As already mentioned, (Br-H-Br)− is the only complex that does not follow the scaling relationship between \({\Delta E}_{Int}\) and \({\Delta E}_{Int}^{PC}\). This is not surprising, considering that it is very far from a typical hydrogen-bonded complex, with the Lewis structure representation consisting of two equivalent resonance structures, each with a -1 charge on opposite bromines. The optimized structure with two equal bond lengths of 1.715 Å (compared to 1.421 Å in HBr) confirms the Lewis structure picture of approximately a 0.5 covalent bond order for each H-Br bond and the partial electron transfer from Br− to the other Br upon complex formation. In order to better understand the potential effect of charge transfer and change in covalency, we have analyzed the potential-energy surface in a similar manner as for the HF and HCl complexes. Going from HCl to HBr follows a very similar trend as going from HF to HCl in terms of the evolution of the different energy components with decreasing R distance. In particular, there is a consistent increase in magnitude of \({\Delta E}_{Nuc}\) and \({\Delta E}_{Pol}^{PC}\) going from HF via HCl to HBr. However, it should be noted that for HBr, \({\Delta E}_{Nuc}\) is very high, 16.9 kcal mol−1, more than 2.5 times higher than for any of the other hydrogen-bonded complexes in Table 1. In addition, HBr stands out from HF and HCl in that \({\Delta E}_{Int}^{PC}\) does not become lower than \({\Delta E}_{Int}\) at distances below 2.2 Å, but instead the two energies are nearly identical at the shorter distances. This could be interpreted as an additional energy contribution from charge transfer to \({\Delta E}_{Int}\) that is building up at the shorter distances, a contribution that is missing from \({\Delta E}_{Int}^{PC}\). Alternatively, it could be viewed as that the repulsive contributions to \({\Delta E}_{Int}\) are weakened compared to HCl, following the same trend as going from HF to HCl.

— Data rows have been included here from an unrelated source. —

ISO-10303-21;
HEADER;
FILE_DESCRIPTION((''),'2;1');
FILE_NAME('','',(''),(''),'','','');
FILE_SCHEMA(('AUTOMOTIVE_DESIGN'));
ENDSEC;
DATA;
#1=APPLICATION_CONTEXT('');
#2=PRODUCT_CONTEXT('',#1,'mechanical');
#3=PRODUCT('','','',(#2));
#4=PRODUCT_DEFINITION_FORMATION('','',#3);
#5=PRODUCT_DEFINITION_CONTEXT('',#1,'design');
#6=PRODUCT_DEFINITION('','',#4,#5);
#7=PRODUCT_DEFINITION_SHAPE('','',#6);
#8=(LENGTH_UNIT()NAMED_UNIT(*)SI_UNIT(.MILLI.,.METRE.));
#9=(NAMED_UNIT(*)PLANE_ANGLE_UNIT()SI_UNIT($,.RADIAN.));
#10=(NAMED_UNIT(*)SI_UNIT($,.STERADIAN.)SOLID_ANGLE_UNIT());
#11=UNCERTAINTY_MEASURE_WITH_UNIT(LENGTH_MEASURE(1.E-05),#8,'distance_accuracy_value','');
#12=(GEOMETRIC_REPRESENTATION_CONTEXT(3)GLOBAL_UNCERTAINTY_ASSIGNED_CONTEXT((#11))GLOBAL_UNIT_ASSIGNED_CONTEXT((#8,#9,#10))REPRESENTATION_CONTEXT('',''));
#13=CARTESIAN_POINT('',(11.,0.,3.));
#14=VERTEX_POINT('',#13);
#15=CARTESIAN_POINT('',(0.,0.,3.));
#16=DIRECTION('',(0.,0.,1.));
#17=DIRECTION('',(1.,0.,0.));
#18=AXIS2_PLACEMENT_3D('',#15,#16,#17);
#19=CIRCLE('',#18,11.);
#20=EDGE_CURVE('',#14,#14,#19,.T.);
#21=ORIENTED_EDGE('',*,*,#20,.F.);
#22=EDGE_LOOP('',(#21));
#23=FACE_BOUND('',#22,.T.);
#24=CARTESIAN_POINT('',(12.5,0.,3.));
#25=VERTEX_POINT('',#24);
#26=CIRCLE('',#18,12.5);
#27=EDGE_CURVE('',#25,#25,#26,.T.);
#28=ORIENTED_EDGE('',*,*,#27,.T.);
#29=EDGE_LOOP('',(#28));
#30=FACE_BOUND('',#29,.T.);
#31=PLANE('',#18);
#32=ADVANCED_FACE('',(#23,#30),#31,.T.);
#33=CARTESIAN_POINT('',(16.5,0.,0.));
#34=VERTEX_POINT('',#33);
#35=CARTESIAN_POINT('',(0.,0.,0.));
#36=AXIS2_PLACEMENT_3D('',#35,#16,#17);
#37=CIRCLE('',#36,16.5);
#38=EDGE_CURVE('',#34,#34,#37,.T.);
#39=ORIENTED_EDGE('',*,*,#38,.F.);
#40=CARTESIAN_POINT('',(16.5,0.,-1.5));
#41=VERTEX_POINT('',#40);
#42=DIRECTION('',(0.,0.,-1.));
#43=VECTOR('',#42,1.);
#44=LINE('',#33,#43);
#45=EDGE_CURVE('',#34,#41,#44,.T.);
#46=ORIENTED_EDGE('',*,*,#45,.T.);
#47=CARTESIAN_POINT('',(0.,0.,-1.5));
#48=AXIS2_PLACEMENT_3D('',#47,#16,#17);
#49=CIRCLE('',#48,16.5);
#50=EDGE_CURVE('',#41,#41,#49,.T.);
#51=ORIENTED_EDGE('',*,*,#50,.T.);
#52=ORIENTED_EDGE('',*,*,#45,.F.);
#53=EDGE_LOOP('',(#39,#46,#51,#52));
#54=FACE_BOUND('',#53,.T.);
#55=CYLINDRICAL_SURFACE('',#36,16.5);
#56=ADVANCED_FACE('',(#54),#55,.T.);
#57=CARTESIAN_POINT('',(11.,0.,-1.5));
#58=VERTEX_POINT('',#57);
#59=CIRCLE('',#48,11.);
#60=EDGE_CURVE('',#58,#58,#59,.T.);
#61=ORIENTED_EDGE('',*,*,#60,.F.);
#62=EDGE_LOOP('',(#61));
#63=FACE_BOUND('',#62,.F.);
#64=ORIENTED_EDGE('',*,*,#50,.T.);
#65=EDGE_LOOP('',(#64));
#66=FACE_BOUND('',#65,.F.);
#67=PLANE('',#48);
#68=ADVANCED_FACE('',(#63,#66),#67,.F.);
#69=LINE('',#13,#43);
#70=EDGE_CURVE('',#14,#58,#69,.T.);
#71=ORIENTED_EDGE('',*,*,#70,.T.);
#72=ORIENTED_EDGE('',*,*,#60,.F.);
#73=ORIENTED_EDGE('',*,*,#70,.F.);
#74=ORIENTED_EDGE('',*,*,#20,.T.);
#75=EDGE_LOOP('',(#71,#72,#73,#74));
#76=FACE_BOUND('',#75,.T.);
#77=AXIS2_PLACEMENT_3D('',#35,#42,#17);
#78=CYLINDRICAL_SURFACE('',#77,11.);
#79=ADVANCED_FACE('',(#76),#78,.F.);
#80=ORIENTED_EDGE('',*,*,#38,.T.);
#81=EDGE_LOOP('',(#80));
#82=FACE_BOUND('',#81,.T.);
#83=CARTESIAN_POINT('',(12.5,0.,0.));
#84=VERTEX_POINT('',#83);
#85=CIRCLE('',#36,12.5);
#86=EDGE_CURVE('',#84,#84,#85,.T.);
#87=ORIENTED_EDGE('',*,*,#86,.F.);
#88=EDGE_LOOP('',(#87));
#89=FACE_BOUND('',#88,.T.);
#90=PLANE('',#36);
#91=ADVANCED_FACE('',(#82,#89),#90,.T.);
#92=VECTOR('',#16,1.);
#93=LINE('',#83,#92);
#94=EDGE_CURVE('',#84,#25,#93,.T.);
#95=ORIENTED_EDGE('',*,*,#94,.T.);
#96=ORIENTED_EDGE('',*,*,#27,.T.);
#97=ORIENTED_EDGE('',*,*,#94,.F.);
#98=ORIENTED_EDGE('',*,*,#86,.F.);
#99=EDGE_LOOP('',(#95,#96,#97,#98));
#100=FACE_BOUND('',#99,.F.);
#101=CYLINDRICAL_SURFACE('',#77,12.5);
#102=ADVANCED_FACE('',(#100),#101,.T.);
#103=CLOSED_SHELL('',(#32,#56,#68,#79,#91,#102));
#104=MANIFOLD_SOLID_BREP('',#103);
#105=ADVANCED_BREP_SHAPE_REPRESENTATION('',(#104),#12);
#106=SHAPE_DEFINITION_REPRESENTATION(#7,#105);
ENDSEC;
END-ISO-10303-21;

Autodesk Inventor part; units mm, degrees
ref_plane "YZ Plane" through (0, 0, 0) normal (1, 0, 0) x (0, 1, 0)
ref_plane "XZ Plane" through (0, 0, 0) normal (0, 1, 0) x (-1, 0, 0)
ref_plane "XY Plane" through (0, 0, 0) normal (0, 0, 1) x (1, 0, 0)
sketch "スケッチ1" plane through (0, 0, 0) normal (0, 0, 1) x (1, 0, 0)
  circle A0 centre (0, 0) radius 11
  circle A1 centre (0, 0) radius 12.5
  circle A2 centre (0, 0) radius 16.5
  dimension "d0" = 22
  dimension "d1" = 25
  dimension "d2" = 33
extrude "押し出し1" add sketch "スケッチ1" along normal blind 3 contours A1
extrude "押し出し2" add sketch "スケッチ1" against normal blind 1.5 contours A1 | A2
properties part number "ドライメット　内径22　フランジ付き" material "鋼"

We have also analyzed the potential-energy surfaces for the Br− complexes with CF3OH and CF3SH. First, it can be noted that these surfaces and the variations of the different energy components with R are very similar in appearance as for the surfaces of HF and HCl. This clearly indicates that the character of the hydrogen bonding in oxygen and sulfur HB donors is not fundamentally different from that of the halogen HB donors. Analyzing CF3OH first, we find that it forms a stronger complex (\({\Delta E}_{Cmpl}\)= -25.5 kcal mol−1) than HF and HCl, and the interaction is dominated by electrostatics. At the minimum, \({\Delta E}_{Pol}^{PC}\)= -7.8 kcal mol−1 and constitutes 15% of \({\Delta E}_{Int}^{PC}\). This can be compared to 10% and 30%, respectively in the HF and HCl complexes. \({\Delta E}_{Nuc}\) is 3.6 kcal mol−1, which also is intermediate between HF and HCl. Thus, it is clear that the higher strength of the CF3OH complex is an effect of a much stronger electrostatic interaction.

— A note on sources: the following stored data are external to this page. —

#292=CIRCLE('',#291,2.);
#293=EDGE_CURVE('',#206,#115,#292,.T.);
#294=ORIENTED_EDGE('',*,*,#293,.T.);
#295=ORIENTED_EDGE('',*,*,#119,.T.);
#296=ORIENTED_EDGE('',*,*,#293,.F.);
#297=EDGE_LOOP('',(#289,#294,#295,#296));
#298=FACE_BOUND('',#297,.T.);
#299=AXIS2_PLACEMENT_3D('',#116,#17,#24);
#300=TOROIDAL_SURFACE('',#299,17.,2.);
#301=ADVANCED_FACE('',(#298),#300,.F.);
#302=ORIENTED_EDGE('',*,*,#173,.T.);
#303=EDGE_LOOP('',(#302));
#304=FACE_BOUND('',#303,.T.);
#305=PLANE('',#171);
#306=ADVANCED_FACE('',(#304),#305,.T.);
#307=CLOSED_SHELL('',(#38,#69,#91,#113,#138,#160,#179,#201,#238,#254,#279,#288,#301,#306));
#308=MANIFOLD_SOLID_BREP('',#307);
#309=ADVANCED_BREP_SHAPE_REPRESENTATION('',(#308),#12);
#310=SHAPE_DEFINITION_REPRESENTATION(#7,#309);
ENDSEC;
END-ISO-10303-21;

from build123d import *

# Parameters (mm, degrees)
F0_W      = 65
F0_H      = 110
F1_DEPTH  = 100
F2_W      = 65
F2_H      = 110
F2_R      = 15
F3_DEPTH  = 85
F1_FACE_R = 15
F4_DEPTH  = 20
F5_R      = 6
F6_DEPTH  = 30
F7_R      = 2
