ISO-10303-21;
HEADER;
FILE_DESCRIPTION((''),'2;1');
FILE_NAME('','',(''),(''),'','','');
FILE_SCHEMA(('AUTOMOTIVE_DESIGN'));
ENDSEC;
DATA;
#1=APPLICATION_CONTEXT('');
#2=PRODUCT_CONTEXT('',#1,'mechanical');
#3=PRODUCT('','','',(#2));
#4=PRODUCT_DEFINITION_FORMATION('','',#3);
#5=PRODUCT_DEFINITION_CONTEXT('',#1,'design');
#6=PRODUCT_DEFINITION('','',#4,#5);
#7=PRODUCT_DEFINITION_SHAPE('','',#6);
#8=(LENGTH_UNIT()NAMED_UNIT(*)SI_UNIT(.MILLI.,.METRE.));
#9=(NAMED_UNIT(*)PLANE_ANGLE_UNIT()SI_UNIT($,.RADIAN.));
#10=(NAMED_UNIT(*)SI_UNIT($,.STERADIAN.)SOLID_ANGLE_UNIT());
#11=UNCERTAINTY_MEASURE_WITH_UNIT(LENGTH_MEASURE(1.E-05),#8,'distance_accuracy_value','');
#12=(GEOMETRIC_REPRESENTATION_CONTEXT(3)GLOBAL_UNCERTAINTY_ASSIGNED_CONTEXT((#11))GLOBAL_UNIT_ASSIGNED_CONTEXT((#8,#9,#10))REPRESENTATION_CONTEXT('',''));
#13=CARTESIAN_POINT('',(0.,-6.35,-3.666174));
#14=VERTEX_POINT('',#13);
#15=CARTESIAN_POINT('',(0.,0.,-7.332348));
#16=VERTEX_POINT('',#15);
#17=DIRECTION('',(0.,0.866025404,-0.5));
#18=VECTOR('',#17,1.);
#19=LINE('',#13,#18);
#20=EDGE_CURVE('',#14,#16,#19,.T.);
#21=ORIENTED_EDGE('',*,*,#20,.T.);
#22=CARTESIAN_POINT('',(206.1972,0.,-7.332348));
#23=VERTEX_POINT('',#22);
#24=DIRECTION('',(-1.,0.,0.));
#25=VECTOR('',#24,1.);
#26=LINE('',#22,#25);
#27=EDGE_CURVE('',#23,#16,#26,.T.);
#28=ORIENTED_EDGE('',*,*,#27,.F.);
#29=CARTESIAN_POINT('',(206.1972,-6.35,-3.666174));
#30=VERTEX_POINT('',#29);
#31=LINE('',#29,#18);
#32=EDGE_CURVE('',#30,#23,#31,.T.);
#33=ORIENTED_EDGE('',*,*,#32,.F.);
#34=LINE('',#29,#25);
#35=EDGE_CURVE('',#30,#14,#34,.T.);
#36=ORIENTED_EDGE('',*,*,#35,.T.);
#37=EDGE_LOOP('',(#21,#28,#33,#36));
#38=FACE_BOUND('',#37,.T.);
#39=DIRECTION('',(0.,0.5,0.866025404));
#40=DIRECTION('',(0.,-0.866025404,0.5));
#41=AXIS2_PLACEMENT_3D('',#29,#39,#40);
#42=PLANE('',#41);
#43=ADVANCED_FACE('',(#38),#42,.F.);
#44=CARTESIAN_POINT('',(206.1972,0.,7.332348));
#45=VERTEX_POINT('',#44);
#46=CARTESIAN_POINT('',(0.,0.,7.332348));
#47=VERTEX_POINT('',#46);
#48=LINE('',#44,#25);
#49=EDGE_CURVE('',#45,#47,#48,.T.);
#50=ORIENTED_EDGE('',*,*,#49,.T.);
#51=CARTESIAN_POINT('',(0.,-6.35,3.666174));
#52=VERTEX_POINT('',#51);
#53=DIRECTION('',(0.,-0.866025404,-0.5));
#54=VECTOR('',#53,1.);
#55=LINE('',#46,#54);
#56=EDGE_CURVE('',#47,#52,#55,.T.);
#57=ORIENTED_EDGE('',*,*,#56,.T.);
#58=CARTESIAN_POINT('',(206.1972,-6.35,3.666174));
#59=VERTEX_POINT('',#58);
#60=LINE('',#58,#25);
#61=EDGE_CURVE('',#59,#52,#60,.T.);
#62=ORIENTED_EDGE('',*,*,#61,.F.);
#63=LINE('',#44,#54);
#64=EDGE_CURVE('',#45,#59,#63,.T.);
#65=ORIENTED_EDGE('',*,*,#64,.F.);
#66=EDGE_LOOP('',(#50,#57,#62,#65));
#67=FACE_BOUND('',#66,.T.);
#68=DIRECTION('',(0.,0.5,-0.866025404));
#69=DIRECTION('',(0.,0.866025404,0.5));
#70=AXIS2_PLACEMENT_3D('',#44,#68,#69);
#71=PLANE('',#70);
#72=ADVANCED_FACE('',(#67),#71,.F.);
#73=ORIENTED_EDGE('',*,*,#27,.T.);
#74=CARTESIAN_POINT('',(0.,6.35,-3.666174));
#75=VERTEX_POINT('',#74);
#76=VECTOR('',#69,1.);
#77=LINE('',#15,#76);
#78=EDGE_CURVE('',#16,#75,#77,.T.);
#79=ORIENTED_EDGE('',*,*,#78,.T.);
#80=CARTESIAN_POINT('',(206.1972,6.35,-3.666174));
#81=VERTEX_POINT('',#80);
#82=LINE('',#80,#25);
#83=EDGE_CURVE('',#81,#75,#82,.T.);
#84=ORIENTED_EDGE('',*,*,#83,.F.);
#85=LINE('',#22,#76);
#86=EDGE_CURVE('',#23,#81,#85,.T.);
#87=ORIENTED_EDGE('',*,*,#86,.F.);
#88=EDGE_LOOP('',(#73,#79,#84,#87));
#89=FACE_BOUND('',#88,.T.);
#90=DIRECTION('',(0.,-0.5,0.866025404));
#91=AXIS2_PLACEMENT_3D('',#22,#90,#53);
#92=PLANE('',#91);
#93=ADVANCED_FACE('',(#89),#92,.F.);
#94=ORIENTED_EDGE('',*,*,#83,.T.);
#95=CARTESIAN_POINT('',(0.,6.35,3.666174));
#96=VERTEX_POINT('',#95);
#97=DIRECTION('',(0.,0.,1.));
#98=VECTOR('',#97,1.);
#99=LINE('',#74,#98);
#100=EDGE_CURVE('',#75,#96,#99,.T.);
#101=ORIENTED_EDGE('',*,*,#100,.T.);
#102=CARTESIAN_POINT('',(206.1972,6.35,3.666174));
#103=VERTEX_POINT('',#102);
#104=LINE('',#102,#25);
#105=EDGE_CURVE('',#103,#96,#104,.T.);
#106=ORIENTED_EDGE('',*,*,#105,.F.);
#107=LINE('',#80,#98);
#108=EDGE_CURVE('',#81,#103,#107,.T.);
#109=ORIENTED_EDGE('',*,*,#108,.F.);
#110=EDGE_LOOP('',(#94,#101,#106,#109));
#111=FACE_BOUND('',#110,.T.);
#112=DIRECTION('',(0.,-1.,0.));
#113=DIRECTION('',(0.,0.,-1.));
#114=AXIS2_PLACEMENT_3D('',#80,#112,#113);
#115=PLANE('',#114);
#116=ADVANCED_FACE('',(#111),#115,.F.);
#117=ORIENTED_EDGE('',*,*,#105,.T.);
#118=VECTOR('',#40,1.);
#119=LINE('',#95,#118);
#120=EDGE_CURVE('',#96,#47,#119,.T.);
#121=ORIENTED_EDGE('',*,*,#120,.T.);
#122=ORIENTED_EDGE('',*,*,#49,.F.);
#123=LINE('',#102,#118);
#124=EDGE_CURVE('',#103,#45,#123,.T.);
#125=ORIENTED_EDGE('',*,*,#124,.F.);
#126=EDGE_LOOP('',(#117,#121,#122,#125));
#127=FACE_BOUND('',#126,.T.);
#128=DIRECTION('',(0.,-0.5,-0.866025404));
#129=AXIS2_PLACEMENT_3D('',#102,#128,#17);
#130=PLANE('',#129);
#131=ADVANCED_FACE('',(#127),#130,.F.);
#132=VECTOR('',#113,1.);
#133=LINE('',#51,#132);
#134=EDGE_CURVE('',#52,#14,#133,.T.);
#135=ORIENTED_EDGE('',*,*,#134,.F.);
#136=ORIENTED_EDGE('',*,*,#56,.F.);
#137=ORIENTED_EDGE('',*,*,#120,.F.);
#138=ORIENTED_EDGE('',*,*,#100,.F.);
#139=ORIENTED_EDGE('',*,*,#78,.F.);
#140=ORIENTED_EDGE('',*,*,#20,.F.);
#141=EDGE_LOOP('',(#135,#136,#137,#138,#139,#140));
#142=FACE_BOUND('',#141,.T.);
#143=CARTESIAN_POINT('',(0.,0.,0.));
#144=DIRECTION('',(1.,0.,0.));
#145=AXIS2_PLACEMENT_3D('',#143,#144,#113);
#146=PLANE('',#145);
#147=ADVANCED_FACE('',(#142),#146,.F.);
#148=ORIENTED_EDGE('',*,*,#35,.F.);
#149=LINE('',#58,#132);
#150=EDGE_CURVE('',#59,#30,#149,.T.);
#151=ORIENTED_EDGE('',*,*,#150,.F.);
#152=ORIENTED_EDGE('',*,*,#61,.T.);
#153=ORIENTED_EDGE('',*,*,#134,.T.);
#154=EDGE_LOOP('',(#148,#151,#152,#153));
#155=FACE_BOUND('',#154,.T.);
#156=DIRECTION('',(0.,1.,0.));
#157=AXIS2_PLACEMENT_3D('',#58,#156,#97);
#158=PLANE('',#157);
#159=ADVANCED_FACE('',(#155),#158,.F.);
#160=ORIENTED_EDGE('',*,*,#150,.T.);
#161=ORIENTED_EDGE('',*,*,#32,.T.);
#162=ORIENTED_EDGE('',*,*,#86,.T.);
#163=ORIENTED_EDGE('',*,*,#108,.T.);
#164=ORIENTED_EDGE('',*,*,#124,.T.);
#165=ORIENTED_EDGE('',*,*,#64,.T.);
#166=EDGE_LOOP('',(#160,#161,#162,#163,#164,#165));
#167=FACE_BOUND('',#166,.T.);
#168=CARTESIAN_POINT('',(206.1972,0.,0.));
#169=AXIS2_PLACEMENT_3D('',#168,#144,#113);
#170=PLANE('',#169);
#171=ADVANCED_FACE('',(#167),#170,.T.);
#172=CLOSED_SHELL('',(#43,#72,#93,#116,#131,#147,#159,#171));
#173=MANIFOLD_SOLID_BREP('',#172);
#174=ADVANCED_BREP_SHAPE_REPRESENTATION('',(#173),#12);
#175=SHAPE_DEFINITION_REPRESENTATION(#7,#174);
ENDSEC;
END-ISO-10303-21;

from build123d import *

# Parameters (mm, degrees)
BOSS_EXTRUDE1_DEPTH = 206.1972


with BuildPart() as part:
    # Sketch1 → Boss-Extrude1 (new body)
    with BuildSketch(Plane(origin=(0, 0, 0), x_dir=(0, 0, -1), z_dir=(1, 0, 0))):
        Polygon((3.666174209, 6.35), (-3.666174209, 6.35), (-7.332348419, 0), (-3.666174209, -6.35), (3.666174209, -6.35), (7.332348419, 0), align=None)
    extrude(amount=BOSS_EXTRUDE1_DEPTH)


solid = part.part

Turning to CF3SH, it forms a weaker complex than not only CF3OH but also HF and HCl. However, \({\Delta E}_{Pol}^{PC}\) (-8.5 kcal mol−1) is larger in magnitude than for CF3OH and HF, and the relative contribution, 41% of \({\Delta E}_{Int}^{PC}\), is even larger than for HCl. Thus, the weaker interaction of CF3SH compared to the other is the effect of a weaker electrostatic interaction. The value of \({\Delta E}_{Nuc}\) at the minimum is nearly identical to that in CF3OH, but it plays a larger relative role for \({\Delta E}_{Cmpl}\) in CF3SH compared to CF3OH.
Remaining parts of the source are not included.